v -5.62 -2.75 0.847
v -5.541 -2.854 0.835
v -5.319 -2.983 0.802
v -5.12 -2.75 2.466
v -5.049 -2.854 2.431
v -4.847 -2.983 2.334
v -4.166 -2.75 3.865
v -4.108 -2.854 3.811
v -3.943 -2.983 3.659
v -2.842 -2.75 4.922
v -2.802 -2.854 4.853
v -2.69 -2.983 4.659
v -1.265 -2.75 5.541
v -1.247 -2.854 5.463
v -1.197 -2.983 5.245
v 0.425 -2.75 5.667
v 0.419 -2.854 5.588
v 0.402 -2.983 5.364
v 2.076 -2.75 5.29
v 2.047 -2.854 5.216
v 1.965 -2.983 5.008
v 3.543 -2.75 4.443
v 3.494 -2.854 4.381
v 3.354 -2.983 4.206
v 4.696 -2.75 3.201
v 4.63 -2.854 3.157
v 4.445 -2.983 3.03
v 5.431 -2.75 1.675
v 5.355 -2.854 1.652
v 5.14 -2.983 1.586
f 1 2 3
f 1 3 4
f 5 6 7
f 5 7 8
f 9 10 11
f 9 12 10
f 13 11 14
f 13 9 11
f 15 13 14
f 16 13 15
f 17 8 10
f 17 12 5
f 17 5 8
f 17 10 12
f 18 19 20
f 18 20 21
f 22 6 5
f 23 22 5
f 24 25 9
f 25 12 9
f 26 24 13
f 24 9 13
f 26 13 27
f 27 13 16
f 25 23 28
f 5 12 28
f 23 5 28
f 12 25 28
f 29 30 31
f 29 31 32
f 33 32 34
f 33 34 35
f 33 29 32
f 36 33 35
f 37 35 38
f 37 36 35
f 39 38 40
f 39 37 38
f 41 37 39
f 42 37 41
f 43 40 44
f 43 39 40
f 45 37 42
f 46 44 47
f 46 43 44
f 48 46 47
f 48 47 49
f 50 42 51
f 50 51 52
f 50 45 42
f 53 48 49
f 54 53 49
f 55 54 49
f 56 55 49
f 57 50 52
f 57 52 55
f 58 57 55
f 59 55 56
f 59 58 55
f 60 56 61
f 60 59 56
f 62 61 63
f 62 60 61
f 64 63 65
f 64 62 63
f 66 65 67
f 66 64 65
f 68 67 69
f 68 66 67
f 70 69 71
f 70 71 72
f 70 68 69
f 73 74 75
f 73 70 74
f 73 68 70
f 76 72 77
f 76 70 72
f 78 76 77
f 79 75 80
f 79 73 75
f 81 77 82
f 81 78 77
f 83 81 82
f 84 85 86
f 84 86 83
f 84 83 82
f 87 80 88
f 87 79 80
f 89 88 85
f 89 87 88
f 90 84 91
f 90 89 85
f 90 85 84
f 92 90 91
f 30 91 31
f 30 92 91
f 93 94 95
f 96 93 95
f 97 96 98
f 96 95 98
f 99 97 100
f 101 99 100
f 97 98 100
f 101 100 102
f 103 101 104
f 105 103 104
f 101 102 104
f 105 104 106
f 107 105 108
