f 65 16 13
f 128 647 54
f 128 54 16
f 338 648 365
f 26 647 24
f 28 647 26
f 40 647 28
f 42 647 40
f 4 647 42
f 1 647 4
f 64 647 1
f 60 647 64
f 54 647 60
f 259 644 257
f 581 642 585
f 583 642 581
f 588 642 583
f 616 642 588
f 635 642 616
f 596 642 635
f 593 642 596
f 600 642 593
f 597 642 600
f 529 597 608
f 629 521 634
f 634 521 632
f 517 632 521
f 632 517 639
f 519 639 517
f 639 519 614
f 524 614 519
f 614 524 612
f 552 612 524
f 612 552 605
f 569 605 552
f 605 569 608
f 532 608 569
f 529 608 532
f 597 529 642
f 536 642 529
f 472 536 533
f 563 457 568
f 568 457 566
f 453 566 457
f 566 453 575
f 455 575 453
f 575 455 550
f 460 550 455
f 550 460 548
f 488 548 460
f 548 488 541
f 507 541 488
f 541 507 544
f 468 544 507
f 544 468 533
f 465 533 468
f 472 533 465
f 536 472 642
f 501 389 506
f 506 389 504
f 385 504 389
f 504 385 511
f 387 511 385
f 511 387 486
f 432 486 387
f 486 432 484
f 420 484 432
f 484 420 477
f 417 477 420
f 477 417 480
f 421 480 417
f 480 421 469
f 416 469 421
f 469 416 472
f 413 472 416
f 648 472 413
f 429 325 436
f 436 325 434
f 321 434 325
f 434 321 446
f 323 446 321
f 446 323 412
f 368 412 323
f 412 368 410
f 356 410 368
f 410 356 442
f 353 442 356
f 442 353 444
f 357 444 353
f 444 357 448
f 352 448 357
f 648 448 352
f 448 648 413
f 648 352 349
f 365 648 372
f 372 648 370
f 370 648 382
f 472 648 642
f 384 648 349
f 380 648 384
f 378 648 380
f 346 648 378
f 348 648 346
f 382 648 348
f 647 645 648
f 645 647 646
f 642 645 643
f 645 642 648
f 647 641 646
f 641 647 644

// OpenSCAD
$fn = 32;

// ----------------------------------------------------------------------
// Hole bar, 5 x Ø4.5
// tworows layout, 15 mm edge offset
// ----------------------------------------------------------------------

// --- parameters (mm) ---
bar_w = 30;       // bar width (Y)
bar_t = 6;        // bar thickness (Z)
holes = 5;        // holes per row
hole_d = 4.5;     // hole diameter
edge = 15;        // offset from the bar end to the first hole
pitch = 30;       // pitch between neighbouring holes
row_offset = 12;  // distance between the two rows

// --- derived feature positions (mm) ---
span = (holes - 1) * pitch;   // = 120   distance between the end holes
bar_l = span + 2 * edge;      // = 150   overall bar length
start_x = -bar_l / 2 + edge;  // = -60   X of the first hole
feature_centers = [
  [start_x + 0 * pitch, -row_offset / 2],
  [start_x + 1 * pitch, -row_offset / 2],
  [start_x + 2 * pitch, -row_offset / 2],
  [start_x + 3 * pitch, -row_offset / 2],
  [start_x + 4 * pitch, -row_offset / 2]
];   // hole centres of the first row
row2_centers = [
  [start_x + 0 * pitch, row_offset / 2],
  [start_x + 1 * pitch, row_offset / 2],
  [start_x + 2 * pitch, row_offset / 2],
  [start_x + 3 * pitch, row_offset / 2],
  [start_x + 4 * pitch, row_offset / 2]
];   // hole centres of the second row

[Exercise details]: Starting at the first line of the data above, retype each line exactly until you reach the line containing "v -1.197 -2.983 5.245", and include that line too.

[Reply to the task]:
v -5.62 -2.75 0.847
v -5.541 -2.854 0.835
v -5.319 -2.983 0.802
v -5.12 -2.75 2.466
v -5.049 -2.854 2.431
v -4.847 -2.983 2.334
v -4.166 -2.75 3.865
v -4.108 -2.854 3.811
v -3.943 -2.983 3.659
v -2.842 -2.75 4.922
v -2.802 -2.854 4.853
v -2.69 -2.983 4.659
v -1.265 -2.75 5.541
v -1.247 -2.854 5.463
v -1.197 -2.983 5.245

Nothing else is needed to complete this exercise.